Ancak Jungkook onları çok önemsiyordu ve hiç şahit olmadığım güçlü bir aile bağı taşıyordu yüreğinde. Bunun ilgisiyle onlarla uyum içinde olmayı hedefliyordum. Beni sevmelerini istiyordum. Fakat biraz soğukkanlı görünüyordum ve bundan dolayı benden rahatsızlık hissederlerse, Jungkook'un bana bu sabah yaptıkları gibi görmezden mi geleceklerdi beni?
Lakin ben Veliaht Prens'tim. Böyle bir şeye muhakkak cüret edemeyeceklerdi.
Bu düşünce beni teskin ederken, ona dokunmak isteyen parmaklarımı kurdumun benden habersiz onun kurduyla iletişime geçmesine rağmen tepkisiz kalmasından dolayı artık bunu bir sorun olarak görerek, çekinerek dizlerinin üzerinde duran elinin üstüne dokundum. İlgi isteyen şımarık bir çocuk gibi duruyor olabilirdim fakat onun bana küçücük de olsa bir ilgisinin olmaması beni rahatsız hissettirmişti. İyi veya kötü, onun her daim dikkatini çekmek istiyordum.

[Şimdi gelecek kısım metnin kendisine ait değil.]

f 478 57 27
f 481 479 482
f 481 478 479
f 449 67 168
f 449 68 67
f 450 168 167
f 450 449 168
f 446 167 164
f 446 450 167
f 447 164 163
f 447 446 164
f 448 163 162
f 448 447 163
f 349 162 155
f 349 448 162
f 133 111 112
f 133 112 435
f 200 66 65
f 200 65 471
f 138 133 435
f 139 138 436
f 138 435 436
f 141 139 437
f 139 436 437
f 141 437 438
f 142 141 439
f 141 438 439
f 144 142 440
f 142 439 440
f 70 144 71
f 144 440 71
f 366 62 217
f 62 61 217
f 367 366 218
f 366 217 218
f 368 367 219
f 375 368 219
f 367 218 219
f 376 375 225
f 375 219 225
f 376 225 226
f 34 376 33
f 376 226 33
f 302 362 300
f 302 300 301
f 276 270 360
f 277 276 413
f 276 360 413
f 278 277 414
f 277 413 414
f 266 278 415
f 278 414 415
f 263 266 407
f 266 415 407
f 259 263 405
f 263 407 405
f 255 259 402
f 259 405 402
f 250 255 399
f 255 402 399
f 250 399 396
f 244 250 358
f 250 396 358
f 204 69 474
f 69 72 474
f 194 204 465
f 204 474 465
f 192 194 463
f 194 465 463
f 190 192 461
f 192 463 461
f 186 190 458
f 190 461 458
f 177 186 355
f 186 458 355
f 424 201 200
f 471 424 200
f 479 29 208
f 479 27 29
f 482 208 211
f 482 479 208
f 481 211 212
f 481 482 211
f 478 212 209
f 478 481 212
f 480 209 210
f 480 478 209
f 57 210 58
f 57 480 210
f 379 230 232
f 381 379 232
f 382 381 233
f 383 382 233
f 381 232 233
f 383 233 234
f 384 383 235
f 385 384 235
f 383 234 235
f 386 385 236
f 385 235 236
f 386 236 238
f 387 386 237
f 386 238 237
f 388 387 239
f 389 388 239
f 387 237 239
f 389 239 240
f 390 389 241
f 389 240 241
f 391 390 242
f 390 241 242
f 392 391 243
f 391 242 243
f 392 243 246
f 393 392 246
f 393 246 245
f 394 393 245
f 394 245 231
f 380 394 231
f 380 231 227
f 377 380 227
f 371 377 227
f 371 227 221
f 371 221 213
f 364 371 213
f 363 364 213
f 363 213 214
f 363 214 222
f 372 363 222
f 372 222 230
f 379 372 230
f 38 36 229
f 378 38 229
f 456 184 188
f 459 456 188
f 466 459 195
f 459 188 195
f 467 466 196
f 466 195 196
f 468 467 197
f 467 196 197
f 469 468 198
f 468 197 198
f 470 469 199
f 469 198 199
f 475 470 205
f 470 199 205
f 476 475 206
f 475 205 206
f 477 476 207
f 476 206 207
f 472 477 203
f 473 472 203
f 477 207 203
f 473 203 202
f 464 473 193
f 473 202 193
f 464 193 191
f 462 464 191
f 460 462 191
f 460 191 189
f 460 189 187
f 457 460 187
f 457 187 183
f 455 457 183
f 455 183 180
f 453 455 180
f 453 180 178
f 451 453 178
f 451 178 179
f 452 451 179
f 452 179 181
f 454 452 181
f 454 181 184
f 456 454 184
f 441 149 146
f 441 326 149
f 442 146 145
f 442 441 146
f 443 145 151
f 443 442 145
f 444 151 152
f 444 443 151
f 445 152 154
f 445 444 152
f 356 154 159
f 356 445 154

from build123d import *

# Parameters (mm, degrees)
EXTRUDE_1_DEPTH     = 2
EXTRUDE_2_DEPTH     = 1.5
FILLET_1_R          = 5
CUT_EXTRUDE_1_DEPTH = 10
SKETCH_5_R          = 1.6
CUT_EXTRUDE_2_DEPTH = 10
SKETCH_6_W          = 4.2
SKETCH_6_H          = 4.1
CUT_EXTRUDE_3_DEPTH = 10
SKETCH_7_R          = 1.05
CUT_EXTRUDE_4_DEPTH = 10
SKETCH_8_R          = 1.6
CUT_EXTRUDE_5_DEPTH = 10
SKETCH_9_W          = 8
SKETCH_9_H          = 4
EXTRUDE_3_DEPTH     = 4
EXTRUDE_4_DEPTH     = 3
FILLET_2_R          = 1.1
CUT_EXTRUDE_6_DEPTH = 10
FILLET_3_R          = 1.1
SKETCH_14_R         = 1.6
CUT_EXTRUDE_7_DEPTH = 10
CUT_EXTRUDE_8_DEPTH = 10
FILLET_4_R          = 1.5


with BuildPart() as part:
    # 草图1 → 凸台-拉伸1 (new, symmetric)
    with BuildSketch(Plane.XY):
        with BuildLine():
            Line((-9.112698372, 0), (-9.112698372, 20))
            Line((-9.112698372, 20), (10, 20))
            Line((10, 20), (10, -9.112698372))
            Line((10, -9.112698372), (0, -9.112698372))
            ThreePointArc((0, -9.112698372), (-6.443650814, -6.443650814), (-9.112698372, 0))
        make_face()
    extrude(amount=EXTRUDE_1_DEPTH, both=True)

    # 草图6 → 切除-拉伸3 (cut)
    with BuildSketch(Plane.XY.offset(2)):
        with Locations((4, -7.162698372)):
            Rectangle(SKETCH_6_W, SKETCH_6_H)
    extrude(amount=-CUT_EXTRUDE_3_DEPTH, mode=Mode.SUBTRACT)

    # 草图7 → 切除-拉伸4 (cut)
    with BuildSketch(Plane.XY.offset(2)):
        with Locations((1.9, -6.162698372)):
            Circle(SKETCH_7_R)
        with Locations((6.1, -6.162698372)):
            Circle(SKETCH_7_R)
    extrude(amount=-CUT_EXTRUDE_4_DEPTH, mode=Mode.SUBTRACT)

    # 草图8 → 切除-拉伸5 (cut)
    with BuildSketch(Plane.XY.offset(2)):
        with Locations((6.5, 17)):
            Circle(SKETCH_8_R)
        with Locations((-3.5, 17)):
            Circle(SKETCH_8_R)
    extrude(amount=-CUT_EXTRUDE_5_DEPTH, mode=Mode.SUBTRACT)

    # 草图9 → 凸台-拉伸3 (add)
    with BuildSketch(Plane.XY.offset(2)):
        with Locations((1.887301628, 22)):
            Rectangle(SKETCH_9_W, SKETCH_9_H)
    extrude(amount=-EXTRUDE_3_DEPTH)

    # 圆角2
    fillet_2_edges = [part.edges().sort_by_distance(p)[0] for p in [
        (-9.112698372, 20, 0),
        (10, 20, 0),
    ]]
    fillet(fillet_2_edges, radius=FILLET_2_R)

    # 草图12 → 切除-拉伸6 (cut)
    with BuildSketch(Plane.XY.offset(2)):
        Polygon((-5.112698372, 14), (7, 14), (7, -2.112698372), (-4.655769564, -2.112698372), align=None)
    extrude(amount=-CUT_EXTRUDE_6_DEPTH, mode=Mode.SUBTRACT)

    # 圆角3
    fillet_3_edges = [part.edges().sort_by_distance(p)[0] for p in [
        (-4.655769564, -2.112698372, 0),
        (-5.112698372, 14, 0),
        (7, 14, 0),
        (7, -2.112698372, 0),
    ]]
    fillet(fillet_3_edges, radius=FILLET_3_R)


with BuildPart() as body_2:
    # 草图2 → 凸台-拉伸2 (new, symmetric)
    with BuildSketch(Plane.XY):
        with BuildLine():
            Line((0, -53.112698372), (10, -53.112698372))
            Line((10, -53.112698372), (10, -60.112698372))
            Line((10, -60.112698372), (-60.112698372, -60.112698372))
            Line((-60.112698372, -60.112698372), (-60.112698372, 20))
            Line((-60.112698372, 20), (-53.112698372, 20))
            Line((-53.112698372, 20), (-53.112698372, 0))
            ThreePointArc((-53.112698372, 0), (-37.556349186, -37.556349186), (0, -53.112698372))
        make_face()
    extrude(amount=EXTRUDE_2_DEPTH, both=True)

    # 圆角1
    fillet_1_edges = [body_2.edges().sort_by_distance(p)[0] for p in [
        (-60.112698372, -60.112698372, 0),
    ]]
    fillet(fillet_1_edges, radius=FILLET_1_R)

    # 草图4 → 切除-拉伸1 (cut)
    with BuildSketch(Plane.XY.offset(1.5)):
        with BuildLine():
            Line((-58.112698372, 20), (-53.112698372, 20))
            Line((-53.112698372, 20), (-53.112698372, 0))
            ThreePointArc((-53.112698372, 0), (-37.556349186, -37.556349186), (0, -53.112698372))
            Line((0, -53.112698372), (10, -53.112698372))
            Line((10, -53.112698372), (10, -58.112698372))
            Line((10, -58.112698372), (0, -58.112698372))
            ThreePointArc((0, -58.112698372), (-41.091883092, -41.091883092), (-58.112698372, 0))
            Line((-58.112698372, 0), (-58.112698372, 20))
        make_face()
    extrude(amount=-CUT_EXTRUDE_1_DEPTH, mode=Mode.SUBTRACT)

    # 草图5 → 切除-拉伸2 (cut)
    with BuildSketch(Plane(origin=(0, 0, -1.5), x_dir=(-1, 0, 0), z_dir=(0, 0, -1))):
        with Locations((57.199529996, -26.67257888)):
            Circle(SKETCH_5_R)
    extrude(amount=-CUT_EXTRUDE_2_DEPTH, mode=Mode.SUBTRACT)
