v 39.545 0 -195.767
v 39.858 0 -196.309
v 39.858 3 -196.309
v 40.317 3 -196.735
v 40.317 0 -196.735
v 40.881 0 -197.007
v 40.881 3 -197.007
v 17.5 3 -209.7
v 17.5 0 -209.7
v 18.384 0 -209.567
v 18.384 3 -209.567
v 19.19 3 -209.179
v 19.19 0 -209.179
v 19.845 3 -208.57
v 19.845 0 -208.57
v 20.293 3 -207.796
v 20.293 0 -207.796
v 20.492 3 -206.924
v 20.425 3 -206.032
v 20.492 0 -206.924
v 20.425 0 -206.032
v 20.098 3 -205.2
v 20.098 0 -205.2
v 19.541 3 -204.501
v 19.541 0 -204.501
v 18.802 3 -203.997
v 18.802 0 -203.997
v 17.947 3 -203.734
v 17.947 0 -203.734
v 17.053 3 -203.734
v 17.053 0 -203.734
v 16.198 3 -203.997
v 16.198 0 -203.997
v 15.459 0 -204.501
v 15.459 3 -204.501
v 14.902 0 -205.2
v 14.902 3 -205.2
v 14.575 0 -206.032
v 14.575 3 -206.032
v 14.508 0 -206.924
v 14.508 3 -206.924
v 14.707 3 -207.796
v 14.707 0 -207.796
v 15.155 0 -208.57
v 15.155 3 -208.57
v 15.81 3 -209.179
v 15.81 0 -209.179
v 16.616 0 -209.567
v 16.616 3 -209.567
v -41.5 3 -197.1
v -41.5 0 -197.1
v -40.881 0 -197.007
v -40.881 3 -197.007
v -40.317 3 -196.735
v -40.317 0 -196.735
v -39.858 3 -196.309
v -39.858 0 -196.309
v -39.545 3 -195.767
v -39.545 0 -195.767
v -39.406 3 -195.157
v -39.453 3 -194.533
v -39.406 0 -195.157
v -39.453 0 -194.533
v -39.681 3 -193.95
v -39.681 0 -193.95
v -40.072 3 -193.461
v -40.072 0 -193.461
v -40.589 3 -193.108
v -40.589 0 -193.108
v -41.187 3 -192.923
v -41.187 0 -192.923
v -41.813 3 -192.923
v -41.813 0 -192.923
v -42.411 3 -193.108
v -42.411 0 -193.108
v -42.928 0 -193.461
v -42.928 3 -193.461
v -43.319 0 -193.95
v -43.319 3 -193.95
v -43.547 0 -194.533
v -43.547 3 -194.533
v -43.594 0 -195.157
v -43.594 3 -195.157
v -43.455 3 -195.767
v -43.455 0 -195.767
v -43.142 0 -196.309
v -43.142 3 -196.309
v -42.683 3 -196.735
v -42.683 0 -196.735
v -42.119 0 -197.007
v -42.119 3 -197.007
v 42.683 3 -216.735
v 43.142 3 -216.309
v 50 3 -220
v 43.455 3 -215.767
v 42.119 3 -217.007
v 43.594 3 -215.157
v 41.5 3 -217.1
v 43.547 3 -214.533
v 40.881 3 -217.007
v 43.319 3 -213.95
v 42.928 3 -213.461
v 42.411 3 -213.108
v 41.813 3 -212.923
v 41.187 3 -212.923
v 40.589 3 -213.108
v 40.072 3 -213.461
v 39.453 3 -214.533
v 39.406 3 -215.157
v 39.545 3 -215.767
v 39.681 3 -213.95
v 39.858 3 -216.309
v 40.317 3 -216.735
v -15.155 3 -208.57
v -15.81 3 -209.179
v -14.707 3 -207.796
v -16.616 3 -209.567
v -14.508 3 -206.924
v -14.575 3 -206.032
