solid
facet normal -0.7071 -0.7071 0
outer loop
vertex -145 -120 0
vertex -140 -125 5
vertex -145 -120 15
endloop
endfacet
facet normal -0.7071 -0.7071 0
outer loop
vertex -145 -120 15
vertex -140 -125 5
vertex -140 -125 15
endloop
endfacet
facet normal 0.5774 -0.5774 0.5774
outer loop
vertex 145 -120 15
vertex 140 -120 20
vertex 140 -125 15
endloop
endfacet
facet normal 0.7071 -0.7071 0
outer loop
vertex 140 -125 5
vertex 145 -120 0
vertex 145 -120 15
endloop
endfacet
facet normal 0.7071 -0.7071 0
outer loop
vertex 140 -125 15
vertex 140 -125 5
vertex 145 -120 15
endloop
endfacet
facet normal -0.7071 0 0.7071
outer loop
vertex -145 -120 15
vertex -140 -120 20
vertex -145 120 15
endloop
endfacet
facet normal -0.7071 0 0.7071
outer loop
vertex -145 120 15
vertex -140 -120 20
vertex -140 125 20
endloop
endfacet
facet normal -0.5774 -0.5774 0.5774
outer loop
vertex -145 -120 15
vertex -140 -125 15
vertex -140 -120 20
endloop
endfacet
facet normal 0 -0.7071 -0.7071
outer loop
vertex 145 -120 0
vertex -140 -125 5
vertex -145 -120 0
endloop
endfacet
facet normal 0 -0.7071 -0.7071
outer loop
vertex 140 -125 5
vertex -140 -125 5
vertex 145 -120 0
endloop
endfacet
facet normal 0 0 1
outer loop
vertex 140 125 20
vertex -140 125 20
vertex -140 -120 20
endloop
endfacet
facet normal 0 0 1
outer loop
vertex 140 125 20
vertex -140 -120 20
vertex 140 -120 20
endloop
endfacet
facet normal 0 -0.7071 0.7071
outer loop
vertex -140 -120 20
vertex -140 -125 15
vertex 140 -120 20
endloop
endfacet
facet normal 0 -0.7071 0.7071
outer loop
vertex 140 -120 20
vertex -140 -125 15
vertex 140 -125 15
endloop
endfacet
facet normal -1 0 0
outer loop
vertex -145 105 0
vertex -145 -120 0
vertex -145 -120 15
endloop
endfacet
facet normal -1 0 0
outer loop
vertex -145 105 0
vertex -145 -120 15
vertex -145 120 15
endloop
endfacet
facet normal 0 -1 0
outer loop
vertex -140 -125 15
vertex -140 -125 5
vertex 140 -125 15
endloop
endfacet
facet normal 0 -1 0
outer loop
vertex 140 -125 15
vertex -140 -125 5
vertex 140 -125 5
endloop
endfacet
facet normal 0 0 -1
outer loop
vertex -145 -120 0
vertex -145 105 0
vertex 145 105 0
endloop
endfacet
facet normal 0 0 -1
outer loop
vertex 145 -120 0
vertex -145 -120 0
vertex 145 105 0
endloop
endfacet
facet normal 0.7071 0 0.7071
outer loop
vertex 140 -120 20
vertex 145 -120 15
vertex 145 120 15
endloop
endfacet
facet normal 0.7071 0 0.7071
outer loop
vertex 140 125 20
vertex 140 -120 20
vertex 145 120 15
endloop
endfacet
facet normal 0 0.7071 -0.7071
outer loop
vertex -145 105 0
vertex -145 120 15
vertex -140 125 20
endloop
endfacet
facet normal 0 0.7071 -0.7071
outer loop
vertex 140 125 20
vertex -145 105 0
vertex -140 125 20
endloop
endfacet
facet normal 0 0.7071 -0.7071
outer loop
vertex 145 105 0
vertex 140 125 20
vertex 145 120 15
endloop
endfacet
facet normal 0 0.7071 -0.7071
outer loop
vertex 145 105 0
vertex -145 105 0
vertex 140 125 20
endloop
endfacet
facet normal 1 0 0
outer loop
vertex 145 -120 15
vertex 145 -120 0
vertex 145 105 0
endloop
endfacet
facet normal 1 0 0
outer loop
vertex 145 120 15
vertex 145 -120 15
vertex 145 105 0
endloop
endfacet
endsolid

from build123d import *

# Parameters (mm, degrees)
F0_W     = 290
F0_H     = 250
F1_DEPTH = 20
F2_SIZE  = 19.99999
F3_SIZE  = 5


# Not quite as in the source:
# - a fillet or chamfer is up to 0.001 mm smaller than in the source, because OpenCascade refuses the exact size


with BuildPart() as f1:
    # F0 (on Top) → F1 (new body)
    with BuildSketch(Plane.XY):
        Rectangle(F0_W, F0_H)
    extrude(amount=F1_DEPTH)

    # F2 (size 20 in the source; OpenCascade refuses exactly that, so slightly less here)
    f2_edges = [f1.edges().sort_by_distance(p)[0] for p in [
        (0, 125, 0),
    ]]
    chamfer(f2_edges, length=F2_SIZE)

    # F3
    f3_edges = [f1.edges().sort_by_distance(p)[0] for p in [
        (0, -125, 20),
        (0, -125, 0),
        (145, 0, 20),
        (145, -125, 10),
        (-145, -125, 10),
        (-145, 0, 20),
    ]]
    chamfer(f3_edges, length=F3_SIZE)


solid = f1.part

Ancak ona dokununca öyle çok irkildi ki, elimi üzerinden çekmek zorunda kaldım.
"Neden sinsi sinsi dokunmaya çalışıyorsun bana," diye bağırdığında, şaşkınlıktan ağzım aralanıp kapandı. Daha dün akşam aramızda geçen o sevgili muhabbetinden sonra neden birdenbire beni böyle terslemiş olduğunu anlamış değildim. İrkilmesini normal karşılayabilirdim ancak bana olan ses tonundaki o baskın duygu her neyse, bundan hoşlanmamıştım.
Ve kendimi ona karşı suçlu hissetmeme sebep oldu. "Çok dalgınsın, dakikalardır sana bakıyorum ama beni öylesine görmezden geliyorsun ki dikkatini çekmek istemiştim sadece." Dedim ve olabildiğince sakin görünmeye çalışıyordum.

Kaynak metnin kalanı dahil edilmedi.